El idiota del pueblo

If I don’t know a foreign language, that usually doesn’t stop me.

I was in a hospital waiting area. Sitting across from me were two Latino men speaking Spanish. One of them was fussing about something, removed his shoe and, with a smile of relief, shook out a pebble the size of a kidney bean. I've limped around with an annoying grain of sand in my shoe, so I wondered how long he'd tried to ignore that huge stone ! His friend's laughter was contagious.  I wanted to say something to join the moment. I had no Spanish skill, but I fancy myself an intuitive savant, with the ability to fake intelligence. I quickly synthesized a version of Roberto-Español in which “pueblo” meant “pebble” and  “ropa” was “shoe,” and I said to him “Que gran pueblo es en sus ropa!”  What a large pebble is in your shoe! I smiled confidently, but the men had blank expressions.  I repeated it with a bigger smile. They now looked confused, shaking their heads at each other and shrugging.
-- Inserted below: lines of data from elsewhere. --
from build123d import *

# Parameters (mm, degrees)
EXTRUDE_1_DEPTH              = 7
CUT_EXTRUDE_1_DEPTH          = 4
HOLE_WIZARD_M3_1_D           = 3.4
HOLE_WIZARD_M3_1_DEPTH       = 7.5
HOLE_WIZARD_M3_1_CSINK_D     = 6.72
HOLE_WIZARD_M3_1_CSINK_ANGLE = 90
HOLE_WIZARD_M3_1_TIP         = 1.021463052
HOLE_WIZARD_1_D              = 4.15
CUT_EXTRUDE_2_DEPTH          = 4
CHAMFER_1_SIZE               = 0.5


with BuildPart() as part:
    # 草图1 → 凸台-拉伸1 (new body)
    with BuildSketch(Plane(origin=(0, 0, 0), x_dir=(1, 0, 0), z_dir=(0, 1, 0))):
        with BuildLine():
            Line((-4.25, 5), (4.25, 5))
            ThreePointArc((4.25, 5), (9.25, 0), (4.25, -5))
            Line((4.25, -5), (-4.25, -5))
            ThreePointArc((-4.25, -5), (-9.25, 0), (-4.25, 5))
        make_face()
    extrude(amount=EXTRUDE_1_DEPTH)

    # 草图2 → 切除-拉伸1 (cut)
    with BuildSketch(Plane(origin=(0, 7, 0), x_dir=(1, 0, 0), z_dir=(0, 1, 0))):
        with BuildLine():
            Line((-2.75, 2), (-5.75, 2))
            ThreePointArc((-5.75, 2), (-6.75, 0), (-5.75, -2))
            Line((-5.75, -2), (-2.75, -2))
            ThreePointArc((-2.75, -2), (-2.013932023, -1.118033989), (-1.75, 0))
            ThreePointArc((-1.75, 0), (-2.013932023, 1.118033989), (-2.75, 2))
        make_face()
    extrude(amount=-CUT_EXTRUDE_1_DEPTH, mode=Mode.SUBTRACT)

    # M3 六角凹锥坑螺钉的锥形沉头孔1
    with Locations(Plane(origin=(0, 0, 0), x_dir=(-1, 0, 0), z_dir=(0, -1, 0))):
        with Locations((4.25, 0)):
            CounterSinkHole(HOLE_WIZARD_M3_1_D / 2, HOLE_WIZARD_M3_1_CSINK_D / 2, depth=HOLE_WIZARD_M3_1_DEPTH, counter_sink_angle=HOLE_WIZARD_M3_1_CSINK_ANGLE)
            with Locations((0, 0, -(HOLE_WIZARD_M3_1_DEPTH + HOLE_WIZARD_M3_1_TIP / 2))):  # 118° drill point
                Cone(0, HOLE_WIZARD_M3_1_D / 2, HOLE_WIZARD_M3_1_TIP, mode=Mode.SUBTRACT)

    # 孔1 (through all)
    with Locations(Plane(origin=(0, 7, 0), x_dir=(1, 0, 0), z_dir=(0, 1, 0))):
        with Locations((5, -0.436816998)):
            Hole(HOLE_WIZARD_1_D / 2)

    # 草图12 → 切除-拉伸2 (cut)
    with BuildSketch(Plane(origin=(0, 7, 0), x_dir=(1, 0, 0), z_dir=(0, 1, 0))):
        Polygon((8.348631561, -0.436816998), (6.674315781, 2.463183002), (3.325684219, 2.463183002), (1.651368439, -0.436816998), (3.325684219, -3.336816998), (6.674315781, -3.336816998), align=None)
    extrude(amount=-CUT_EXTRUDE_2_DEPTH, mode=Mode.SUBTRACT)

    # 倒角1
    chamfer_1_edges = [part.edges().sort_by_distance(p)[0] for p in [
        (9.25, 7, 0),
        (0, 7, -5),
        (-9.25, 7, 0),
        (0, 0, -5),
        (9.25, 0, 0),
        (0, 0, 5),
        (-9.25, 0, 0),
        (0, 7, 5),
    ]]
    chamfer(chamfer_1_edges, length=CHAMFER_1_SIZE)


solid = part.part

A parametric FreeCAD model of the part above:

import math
import FreeCAD as App
import Part
import Sketcher
Q = App.Units.Quantity


def edges_at(feature, points):
    """Names of the edges that pass closest to the given points."""
    edges = feature.Shape.Edges
    near = lambda p: min(range(len(edges)), key=lambda i: edges[i].distToShape(Part.Vertex(*p))[0])
    return sorted({f"Edge{near(p) + 1}" for p in points})

doc = App.newDocument("Part")
body = doc.addObject("PartDesign::Body", "Body")

# Sketch on XZ plane
sketch1 = body.newObject("Sketcher::SketchObject", "Sketch")
sketch1.AttachmentSupport = (doc.getObject("XZ_Plane"), [""])
sketch1.MapMode = "FlatFace"
sketch1.addGeometry([
    Part.LineSegment(App.Vector(4, -5, 0), App.Vector(-4, -5, 0)),
    Part.ArcOfCircle(Part.Circle(App.Vector(-4, 0, 0), App.Vector(0, 0, 1), 5), math.radians(90), math.radians(270)),
    Part.LineSegment(App.Vector(-4, 5, 0), App.Vector(4, 5, 0)),
    Part.ArcOfCircle(Part.Circle(App.Vector(4, 0, 0), App.Vector(0, 0, 1), 5), math.radians(-90), math.radians(90)),
], False)
sketch1.addConstraint([
    Sketcher.Constraint("Tangent", 0, 2, 1, 2),
    Sketcher.Constraint("Tangent", 1, 1, 2, 1),
    Sketcher.Constraint("Tangent", 2, 2, 3, 2),
    Sketcher.Constraint("Tangent", 3, 1, 0, 1),
    Sketcher.Constraint("Horizontal", 0),
    Sketcher.Constraint("Horizontal", 2),
    Sketcher.Constraint("Symmetric", 1, 3, 3, 3, -1, 1),
    Sketcher.Constraint("Radius", 1, 5.0),
    Sketcher.Constraint("DistanceX", 0, 2, 0, 1, 8.5),
])
pad1 = body.newObject("PartDesign::Pad", "Pad")
pad1.Profile = sketch1
pad1.Length = 7
pad1.Reversed = True

# Sketch on XZ plane
sketch2 = body.newObject("Sketcher::SketchObject", "Sketch001")
sketch2.AttachmentSupport = (doc.getObject("XZ_Plane"), [""])
sketch2.MapMode = "FlatFace"
sketch2.AttachmentOffset = App.Placement(App.Vector(0, 0, -7), App.Rotation())
sketch2.addGeometry([
    Part.LineSegment(App.Vector(-2.8, -2, 0), App.Vector(-5.8, -2, 0)),  # 0
    Part.ArcOfCircle(Part.Circle(App.Vector(-4.2, 0, 0), App.Vector(0, 0, 1), 2.5), math.radians(127), math.radians(233)),  # 1
    Part.LineSegment(App.Vector(-5.8, 2, 0), App.Vector(-2.8, 2, 0)),  # 2
    Part.ArcOfCircle(Part.Circle(App.Vector(-4.3, 0, 0), App.Vector(0, 0, 1), 2.5), math.radians(0), math.radians(53)),  # 3
    Part.ArcOfCircle(Part.Circle(App.Vector(-4.3, 0, 0), App.Vector(0, 0, 1), 2.5), math.radians(-53), math.radians(0)),  # 4
], False)
sketch2.addConstraint([
    Sketcher.Constraint("Coincident", 0, 2, 1, 2),
    Sketcher.Constraint("Coincident", 1, 1, 2, 1),
    Sketcher.Constraint("Coincident", 2, 2, 3, 2),
    Sketcher.Constraint("Tangent", 3, 1, 4, 2),
    Sketcher.Constraint("Coincident", 4, 1, 0, 1),
    Sketcher.Constraint("Horizontal", 0),
    Sketcher.Constraint("Horizontal", 2),
    Sketcher.Constraint("Coincident", 3, 3, 1, 3),
    Sketcher.Constraint("Equal", 1, 3),
    Sketcher.Constraint("Equal", 3, 4),
    Sketcher.Constraint("Symmetric", 0, 2, 1, 1, -1),
    Sketcher.Constraint("PointOnObject", 3, 1, -1),
    Sketcher.Constraint("Radius", 1, 2.5),
    Sketcher.Constraint("DistanceX", 0, 2, 0, 1, 3.0),
    Sketcher.Constraint("DistanceX", 1, 3, -1, 1, 4.25),
])
pocket1 = body.newObject("PartDesign::Pocket", "Pocket")
pocket1.Profile = sketch2
pocket1.Length = 4
pocket1.Reversed = True

# Sketch on XZ plane
sketch3 = body.newObject("Sketcher::SketchObject", "Sketch002")
sketch3.AttachmentSupport = (doc.getObject("XZ_Plane"), [""])
sketch3.MapMode = "FlatFace"
sketch3.addGeometry(Part.Circle(App.Vector(-4.2, 0, 0), App.Vector(0, 0, 1), 1.7), False)
sketch3.addConstraint([
    Sketcher.Constraint("PointOnObject", 0, 3, -1),
    Sketcher.Constraint("Diameter", 0, 3.4),
    Sketcher.Constraint("DistanceX", 0, 3, -1, 1, 4.25),
])
doc.recompute()
hole = body.newObject("PartDesign::Hole", "Hole")
hole.Profile = sketch3
hole.ThreadType = "None"
hole.Diameter = 3.4
hole.DepthType = "Dimension"
hole.Depth = 7.5
hole.DrillPoint = "Angled"
hole.DrillPointAngle = 118
hole.HoleCutType = "Countersink"
hole.HoleCutDiameter = 6.72
hole.HoleCutCountersinkAngle = 90

# Sketch on XZ plane
sketch4 = body.newObject("Sketcher::SketchObject", "Sketch003")
sketch4.AttachmentSupport = (doc.getObject("XZ_Plane"), [""])
sketch4.MapMode = "FlatFace"
sketch4.AttachmentOffset = App.Placement(App.Vector(0, 0, -7), App.Rotation())
sketch4.addGeometry(Part.Circle(App.Vector(5, 0.4, 0), App.Vector(0, 0, 1), 2.1), False)
sketch4.addConstraint([
    Sketcher.Constraint("Diameter", 0, 4.15),
    Sketcher.Constraint("DistanceX", -1, 1, 0, 3, 5.0),
    Sketcher.Constraint("DistanceY", -1, 1, 0, 3, 0.436817),
])
doc.recompute()
hole2 = body.newObject("PartDesign::Hole", "Hole001")
hole2.Profile = sketch4
hole2.ThreadType = "None"
hole2.Diameter = 4.15
hole2.DepthType = "ThroughAll"
hole2.Reversed = True

# Sketch on XZ plane
sketch5 = body.newObject("Sketcher::SketchObject", "Sketch004")
sketch5.AttachmentSupport = (doc.getObject("XZ_Plane"), [""])
sketch5.MapMode = "FlatFace"
sketch5.AttachmentOffset = App.Placement(App.Vector(0, 0, -7), App.Rotation())
sketch5.addGeometry([
    Part.LineSegment(App.Vector(8.3, 0.4, 0), App.Vector(6.7, -2.5, 0)),  # 0
    Part.LineSegment(App.Vector(6.7, -2.5, 0), App.Vector(3.3, -2.5, 0)),  # 1
    Part.LineSegment(App.Vector(3.3, -2.5, 0), App.Vector(1.7, 0.4, 0)),  # 2
    Part.LineSegment(App.Vector(1.7, 0.4, 0), App.Vector(3.3, 3.3, 0)),  # 3
    Part.LineSegment(App.Vector(3.3, 3.3, 0), App.Vector(6.7, 3.3, 0)),  # 4
    Part.LineSegment(App.Vector(6.7, 3.3, 0), App.Vector(8.3, 0.4, 0)),  # 5
], False)
sketch5.addConstraint([
    Sketcher.Constraint("Coincident", 0, 2, 1, 1),
    Sketcher.Constraint("Coincident", 1, 2, 2, 1),
    Sketcher.Constraint("Coincident", 2, 2, 3, 1),
    Sketcher.Constraint("Coincident", 3, 2, 4, 1),
    Sketcher.Constraint("Coincident", 4, 2, 5, 1),
    Sketcher.Constraint("Coincident", 5, 2, 0, 1),
    Sketcher.Constraint("Horizontal", 1),
    Sketcher.Constraint("Horizontal", 4),
    Sketcher.Constraint("Parallel", 0, 3),
    Sketcher.Constraint("Parallel", 2, 5),
    Sketcher.Constraint("Horizontal", 2, 2, 5, 2),
    Sketcher.Constraint("Vertical", 1, 2, 3, 2),
    Sketcher.Constraint("Vertical", 0, 2, 4, 2),
    Sketcher.Constraint("Angle", 0, Q("-120 deg")),
    Sketcher.Constraint("DistanceY", 1, 2, 2, 2, 2.9),
    Sketcher.Constraint("DistanceX", 1, 2, 1, 1, 3.348632),
    Sketcher.Constraint("DistanceX", -1, 1, 2, 2, 1.651368),
    Sketcher.Constraint("DistanceY", 0, 2, -1, 1, 2.463183),
])
pocket2 = body.newObject("PartDesign::Pocket", "Pocket001")
pocket2.Profile = sketch5
pocket2.Length = 4
pocket2.Reversed = True
doc.recompute()

chamfer = body.newObject("PartDesign::Chamfer", "Chamfer")
chamfer.Base = (pocket2, edges_at(pocket2, [
    (9.25, 7, 0),
    (0, 7, -5),
    (-9.25, 7, 0),
    (0, 0, -5),
    (9.25, 0, 0),
    (0, 0, 5),
    (-9.25, 0, 0),
    (0, 7, 5),
]))
chamfer.Size = 0.5

doc.recompute()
Later I found my Spanish dictionary and realized what I actually said was “What a big town is in their clothing.”  

Modern computer technology will really become useful to me when I can pause and redo a moment in time, like I could hit some kind of UNDO or BACKSPACE key.

           

The Fraud

Linda and I were browsing in a local bookstore, and I called to her about a book I was admiring about the German artist, Albrecht Dürer. Naturally, I made myself sound as though I was sort of German.

A gentleman who happened to be nearby stepped up to me and spoke with a foreign accent, “I apologize for intruding, but are you European? Did I hear you speak, perhaps, with a slight German accent?”

Well, I'm about as American as Ben Franklin and only know a few German words, but I could say without lying that I was indeed speaking with a German accent, so I kept up the pretense and replied “Ja, ja. It is so!" I extended my hand. "Allow me, I am Robert Sickles, und you are?”

“I am Hans Keller coming from Zurich. Very pleased to meet you, Robert. It might interest you to know that there is a monthly meeting here in Olympia of a German-speakers group, a family-friendly club, open to all who love their native tongue and want to socialize with each other! We have some discussions, movies, some food and wonderful music. Would you like to know more? 

“Ja! Danke, Ja!  I do love the music!” I swayed to an imaginary band. “Oom-pah-pah, pilsner und bockwurst! Ach!”

Mr. Keller was beaming. “So good, yes! And, please, we should converse now in German if you’d like. Do, please, tell me something about yourself, Robert.”

I knew this boat was about to break apart on the rocks. I smiled broadly and pointed to my body and named a few parts. “So, mein Herr, das ist meine Hand, und das ist mein Arm. Das ist mein Ellbogen, und das ist mein Shulter! Wunderbar, ja?”

His warm face turned cold. “Oh I see… you are not serious. You're having fun, mocking a foreigner? Sir, I say you are a fraud!" He nodded crisply, "Good day to you.” and he turned and walked away. 

Wow, so touchy, so Germanic. Well, I had fun while it lasted.